Summary of Background and Research Design

Background:Energy drinks improve attention and/or reaction times during extended periods of cognitive demand. Ingredients of energy drinks, particularly sucrose and caffeine, have unwanted health consequences and can boost heart rate and blood pressure, possibly dehydrate the body, aggravate the effects of other stimulants, and prevent sleep.

Hypothesis: University students consume energy drinks but are largely unaware of the potential health hazards of these drinks.

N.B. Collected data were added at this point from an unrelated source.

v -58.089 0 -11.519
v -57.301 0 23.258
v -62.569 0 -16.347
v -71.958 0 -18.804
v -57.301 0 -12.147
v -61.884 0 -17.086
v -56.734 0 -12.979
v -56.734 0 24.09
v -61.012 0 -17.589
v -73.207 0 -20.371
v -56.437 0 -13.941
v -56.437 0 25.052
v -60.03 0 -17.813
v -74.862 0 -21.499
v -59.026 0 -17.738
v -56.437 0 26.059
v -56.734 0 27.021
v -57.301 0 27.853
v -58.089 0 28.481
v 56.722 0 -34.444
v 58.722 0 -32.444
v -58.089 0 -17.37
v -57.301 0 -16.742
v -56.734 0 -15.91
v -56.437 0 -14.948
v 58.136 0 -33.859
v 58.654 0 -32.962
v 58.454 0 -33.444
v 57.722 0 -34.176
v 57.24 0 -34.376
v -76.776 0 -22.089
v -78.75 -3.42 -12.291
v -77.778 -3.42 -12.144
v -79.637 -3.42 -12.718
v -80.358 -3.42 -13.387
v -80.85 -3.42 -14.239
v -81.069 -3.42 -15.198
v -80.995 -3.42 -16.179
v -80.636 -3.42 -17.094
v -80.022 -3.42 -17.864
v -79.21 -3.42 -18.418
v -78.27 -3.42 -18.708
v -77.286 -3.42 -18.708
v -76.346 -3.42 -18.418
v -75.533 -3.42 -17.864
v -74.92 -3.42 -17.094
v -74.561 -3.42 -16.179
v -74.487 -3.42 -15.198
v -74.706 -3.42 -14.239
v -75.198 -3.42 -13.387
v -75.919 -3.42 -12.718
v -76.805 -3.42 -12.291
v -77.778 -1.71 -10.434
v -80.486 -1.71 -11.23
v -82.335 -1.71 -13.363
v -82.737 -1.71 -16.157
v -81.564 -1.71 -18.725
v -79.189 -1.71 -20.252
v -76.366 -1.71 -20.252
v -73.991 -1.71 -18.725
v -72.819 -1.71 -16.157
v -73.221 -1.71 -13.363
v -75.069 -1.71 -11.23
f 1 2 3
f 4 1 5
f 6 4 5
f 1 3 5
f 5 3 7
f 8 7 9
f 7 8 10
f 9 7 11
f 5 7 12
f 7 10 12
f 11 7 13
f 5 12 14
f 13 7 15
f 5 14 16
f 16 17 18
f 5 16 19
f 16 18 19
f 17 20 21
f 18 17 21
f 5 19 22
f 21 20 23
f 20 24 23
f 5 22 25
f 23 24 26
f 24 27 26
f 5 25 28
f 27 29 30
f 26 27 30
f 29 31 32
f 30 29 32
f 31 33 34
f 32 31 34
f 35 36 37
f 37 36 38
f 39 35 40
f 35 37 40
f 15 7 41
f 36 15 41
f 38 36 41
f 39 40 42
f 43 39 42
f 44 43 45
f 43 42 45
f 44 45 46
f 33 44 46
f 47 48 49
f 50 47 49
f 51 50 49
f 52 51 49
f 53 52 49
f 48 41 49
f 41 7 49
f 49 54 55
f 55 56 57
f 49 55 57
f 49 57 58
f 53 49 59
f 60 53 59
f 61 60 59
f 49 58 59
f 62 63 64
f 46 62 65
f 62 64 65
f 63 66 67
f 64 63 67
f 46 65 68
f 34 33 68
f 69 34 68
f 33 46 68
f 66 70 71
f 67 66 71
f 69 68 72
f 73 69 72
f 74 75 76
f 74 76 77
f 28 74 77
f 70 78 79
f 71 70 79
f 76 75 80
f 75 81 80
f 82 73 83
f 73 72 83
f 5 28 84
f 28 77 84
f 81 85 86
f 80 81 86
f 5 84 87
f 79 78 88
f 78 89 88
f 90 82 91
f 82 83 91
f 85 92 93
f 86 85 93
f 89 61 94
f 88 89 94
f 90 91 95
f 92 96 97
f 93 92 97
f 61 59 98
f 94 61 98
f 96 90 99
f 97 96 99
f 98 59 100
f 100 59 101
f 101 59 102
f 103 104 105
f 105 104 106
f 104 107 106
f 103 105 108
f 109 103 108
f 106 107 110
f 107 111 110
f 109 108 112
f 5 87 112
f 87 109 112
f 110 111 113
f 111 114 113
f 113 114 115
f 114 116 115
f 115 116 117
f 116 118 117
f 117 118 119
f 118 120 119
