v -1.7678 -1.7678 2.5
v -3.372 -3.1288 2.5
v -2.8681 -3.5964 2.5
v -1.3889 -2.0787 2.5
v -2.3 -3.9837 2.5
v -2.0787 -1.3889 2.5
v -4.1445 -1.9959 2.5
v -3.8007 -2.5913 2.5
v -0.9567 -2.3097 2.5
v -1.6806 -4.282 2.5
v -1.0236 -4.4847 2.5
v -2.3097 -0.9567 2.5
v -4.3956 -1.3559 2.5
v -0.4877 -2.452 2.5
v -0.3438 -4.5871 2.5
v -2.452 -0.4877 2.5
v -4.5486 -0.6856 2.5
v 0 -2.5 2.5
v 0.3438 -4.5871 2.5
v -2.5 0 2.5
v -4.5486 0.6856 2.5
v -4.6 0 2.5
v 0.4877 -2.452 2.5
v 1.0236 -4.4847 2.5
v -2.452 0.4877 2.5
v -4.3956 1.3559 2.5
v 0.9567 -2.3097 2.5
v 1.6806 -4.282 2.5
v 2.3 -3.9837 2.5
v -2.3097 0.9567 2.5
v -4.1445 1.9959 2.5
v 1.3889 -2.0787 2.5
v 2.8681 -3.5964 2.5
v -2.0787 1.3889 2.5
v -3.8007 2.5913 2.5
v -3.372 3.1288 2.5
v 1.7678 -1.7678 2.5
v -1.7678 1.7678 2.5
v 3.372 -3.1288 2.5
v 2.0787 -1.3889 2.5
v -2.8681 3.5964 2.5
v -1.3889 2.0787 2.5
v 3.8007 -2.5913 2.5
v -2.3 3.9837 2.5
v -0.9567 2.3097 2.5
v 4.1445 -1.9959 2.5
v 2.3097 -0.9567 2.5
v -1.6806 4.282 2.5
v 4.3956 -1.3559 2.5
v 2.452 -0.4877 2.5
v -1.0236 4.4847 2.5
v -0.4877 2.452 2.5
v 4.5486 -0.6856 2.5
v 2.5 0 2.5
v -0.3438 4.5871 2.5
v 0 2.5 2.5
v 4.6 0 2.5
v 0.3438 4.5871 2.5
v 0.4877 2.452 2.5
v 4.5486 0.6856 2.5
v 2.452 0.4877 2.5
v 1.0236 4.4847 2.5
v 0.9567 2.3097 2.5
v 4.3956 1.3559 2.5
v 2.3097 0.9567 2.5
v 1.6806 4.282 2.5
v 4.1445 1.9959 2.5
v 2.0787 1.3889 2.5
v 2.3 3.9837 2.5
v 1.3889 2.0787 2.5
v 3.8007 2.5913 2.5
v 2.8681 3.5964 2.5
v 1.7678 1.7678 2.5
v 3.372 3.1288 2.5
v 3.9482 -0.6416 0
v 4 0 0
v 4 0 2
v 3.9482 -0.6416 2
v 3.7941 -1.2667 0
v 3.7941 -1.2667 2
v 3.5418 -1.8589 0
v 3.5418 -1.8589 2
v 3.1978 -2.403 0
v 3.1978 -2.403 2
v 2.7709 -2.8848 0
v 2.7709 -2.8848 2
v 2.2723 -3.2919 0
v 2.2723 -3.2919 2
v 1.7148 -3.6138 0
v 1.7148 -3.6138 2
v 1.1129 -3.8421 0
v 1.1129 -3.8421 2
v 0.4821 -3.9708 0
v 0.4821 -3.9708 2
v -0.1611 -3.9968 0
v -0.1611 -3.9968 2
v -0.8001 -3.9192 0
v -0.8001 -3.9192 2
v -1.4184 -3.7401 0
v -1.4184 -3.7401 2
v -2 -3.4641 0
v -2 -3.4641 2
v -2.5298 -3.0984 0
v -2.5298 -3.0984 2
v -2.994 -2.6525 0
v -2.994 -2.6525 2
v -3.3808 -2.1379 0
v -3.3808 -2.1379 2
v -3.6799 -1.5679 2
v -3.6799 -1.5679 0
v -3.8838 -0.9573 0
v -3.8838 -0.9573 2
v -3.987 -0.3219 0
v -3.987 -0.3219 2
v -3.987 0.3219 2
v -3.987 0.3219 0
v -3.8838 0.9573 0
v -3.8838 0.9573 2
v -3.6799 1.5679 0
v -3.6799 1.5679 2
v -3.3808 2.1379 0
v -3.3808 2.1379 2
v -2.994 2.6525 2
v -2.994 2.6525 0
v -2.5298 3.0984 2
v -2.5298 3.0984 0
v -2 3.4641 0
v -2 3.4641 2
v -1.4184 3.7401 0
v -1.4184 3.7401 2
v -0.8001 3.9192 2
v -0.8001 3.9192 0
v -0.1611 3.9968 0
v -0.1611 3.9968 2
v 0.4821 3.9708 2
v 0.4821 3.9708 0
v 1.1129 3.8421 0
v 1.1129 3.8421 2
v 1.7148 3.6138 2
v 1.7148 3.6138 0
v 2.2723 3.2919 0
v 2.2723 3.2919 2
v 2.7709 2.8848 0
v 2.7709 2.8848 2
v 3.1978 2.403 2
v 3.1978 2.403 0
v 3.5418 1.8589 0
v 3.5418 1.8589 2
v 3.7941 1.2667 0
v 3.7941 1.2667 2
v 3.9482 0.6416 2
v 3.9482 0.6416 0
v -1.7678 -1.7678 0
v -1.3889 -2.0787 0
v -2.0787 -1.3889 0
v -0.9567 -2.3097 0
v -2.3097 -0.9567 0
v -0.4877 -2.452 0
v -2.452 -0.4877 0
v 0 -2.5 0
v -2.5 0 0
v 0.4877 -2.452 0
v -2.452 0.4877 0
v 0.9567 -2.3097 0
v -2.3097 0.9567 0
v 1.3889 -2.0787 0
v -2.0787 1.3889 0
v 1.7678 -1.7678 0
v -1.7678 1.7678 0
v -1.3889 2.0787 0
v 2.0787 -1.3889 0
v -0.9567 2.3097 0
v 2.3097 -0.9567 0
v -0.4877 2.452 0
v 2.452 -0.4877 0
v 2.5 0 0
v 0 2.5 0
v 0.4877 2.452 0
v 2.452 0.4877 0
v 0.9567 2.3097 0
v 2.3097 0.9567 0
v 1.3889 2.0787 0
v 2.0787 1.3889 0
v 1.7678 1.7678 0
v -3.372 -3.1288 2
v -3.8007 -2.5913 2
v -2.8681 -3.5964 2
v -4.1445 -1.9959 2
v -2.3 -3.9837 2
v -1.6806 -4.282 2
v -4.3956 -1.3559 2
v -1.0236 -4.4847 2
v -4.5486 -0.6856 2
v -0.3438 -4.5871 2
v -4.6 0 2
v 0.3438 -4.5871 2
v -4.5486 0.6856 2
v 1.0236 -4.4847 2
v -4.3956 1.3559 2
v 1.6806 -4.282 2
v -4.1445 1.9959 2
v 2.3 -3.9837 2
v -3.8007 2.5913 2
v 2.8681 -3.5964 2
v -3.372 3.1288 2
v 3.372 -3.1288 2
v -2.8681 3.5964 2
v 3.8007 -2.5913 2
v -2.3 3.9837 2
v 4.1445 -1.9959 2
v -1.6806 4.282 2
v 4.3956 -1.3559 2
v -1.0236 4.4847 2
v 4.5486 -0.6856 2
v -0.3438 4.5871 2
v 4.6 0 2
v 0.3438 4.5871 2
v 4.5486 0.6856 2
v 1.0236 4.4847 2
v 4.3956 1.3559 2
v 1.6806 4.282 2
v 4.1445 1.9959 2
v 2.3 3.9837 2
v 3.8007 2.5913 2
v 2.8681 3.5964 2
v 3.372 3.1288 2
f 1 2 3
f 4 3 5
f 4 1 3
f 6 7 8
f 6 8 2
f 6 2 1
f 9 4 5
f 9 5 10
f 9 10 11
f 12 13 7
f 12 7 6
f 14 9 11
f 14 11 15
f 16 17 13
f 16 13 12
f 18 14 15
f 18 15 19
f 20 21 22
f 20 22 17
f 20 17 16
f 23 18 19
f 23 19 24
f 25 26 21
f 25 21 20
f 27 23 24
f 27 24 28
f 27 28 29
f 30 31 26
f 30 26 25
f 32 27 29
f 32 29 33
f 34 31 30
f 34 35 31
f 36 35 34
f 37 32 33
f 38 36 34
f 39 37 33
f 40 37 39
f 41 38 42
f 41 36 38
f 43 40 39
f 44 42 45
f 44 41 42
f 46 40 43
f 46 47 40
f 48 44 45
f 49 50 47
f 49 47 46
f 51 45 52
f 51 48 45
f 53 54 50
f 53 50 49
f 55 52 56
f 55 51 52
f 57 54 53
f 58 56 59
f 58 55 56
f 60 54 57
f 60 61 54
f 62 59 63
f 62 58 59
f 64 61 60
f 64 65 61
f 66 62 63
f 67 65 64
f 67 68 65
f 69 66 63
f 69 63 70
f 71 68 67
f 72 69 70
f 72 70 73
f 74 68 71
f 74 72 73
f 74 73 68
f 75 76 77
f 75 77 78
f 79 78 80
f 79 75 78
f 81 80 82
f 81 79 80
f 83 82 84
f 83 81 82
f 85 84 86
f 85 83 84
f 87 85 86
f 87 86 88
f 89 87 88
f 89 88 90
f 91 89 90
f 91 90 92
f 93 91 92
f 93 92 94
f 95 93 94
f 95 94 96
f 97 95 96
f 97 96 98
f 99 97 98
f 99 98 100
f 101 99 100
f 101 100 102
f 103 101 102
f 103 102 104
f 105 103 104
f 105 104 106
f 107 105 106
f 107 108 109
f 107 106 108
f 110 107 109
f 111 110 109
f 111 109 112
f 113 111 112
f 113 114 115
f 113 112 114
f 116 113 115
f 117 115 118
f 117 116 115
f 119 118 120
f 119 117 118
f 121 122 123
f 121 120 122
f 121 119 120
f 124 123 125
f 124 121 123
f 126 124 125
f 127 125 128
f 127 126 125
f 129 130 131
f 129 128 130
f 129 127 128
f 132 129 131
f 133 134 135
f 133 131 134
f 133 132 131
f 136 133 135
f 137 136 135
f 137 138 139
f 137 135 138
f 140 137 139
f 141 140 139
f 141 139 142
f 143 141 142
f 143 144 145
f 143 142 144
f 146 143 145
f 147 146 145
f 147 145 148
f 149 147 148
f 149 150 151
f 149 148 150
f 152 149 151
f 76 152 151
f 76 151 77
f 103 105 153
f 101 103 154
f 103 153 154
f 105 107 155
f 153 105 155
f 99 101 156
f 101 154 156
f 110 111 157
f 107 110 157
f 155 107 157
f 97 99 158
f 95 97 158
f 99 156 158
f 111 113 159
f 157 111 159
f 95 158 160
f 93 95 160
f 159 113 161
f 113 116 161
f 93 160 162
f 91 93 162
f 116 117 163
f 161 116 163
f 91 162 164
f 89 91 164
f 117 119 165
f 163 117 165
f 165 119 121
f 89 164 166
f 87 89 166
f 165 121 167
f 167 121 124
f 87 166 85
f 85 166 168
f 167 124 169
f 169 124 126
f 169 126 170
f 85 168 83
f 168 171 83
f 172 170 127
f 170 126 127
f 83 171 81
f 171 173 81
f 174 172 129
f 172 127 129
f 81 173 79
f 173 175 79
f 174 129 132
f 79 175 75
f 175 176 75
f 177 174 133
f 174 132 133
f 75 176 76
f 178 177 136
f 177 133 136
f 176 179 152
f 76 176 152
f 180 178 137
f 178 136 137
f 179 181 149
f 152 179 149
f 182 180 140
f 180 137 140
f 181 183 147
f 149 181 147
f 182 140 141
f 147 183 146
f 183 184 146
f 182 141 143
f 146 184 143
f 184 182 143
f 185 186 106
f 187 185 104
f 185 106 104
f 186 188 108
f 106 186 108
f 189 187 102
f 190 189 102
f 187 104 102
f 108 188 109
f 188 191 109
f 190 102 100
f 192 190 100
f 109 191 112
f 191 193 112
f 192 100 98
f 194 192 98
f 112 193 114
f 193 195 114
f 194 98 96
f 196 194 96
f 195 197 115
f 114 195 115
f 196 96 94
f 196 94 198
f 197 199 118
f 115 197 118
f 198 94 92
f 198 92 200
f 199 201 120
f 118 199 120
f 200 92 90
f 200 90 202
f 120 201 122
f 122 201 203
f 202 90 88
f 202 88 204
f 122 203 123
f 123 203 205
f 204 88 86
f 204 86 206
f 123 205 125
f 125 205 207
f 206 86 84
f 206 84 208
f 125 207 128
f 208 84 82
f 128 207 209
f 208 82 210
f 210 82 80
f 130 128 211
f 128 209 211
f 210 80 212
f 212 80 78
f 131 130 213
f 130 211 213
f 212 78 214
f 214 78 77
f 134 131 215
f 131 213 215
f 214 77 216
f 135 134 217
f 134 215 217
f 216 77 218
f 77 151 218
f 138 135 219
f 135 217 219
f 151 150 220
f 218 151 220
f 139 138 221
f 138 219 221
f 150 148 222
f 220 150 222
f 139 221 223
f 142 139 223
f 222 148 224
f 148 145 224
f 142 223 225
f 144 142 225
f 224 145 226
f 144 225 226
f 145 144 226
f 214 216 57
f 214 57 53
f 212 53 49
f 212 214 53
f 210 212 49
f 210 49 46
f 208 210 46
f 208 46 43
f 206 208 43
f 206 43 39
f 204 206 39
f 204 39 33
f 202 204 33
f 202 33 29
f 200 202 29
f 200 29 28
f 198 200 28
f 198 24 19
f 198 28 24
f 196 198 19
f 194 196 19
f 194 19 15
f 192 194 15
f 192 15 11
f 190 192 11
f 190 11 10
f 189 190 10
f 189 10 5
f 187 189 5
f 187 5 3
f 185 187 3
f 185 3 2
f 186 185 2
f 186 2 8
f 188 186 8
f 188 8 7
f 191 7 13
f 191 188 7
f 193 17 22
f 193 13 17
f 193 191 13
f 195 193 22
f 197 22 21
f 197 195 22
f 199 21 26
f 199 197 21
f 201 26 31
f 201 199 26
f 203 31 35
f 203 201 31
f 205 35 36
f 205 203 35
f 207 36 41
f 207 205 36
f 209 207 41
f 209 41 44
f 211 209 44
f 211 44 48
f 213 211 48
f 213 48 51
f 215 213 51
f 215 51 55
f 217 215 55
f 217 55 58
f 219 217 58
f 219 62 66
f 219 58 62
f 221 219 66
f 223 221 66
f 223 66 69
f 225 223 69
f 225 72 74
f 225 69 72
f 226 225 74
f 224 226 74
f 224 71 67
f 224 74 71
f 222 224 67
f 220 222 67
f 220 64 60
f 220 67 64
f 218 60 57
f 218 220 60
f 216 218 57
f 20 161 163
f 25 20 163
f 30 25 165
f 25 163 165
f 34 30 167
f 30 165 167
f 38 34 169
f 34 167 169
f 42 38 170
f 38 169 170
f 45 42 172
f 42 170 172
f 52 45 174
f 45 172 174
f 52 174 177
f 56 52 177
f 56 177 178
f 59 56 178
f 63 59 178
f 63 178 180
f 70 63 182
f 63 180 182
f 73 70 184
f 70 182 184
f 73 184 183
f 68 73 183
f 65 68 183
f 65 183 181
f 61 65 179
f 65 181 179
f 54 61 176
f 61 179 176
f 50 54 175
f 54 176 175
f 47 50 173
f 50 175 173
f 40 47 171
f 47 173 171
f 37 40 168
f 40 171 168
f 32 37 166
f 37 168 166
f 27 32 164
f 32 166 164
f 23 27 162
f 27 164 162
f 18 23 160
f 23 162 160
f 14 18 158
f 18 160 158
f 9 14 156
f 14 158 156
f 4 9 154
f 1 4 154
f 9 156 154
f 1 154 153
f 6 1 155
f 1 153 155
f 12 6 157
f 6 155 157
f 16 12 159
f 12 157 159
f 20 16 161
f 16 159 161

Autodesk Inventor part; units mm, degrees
ref_plane "YZ Plane" through (0, 0, 0) normal (1, 0, 0) x (0, 1, 0)
ref_plane "XZ Plane" through (0, 0, 0) normal (0, 1, 0) x (-1, 0, 0)
ref_plane "XY Plane" through (0, 0, 0) normal (0, 0, 1) x (1, 0, 0)
sketch "Sketch1" plane through (0, 0, 0) normal (0, 0, 1) x (1, 0, 0)
  circle A0 centre (0, 0) radius 4
  dimension "d0" = 8
extrude "Extrusion1" add sketch "Sketch1" along normal blind 2
sketch "Sketch2" plane through (0, 0, 2) normal (0, 0, 1) x (1, 0, 0)
  circle A0 centre (0, 0) radius 2.5
  circle A1 centre (0, 0) radius 4.6
  dimension "d3" = 5
  dimension "d4" = 9.2
extrude "Extrusion2" add sketch "Sketch2" along normal blind 0.5 contours A0 | A1
sketch "Sketch3" plane through (0, 0, 0) normal (0, 0, -1) x (-1, 0, 0)
  circle A0 centre (0, 0) radius 2.5
  dimension "d7" = 5
extrude "Extrusion3" cut sketch "Sketch3" against normal blind 9
properties part number "Rotation End Cap"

Subjects: Healthy college student volunteers (N = 439) with a mean age of 22.8 years

Experimental design:Cross-sectional study

Treatments and protocol:Data were collected via a self-administered, standard, pretested questionnaire consisting of 35 questions relating to students' sociodemographic characteristics, personal habits, total fluid intake, energy-drink-related knowledge, and habits. An exploratory analysis was performed to model significant predictors of energy-drink consumption. A backward elimination logistic regression modeling technique was used to reach the most parsimonious yet statistically significant model.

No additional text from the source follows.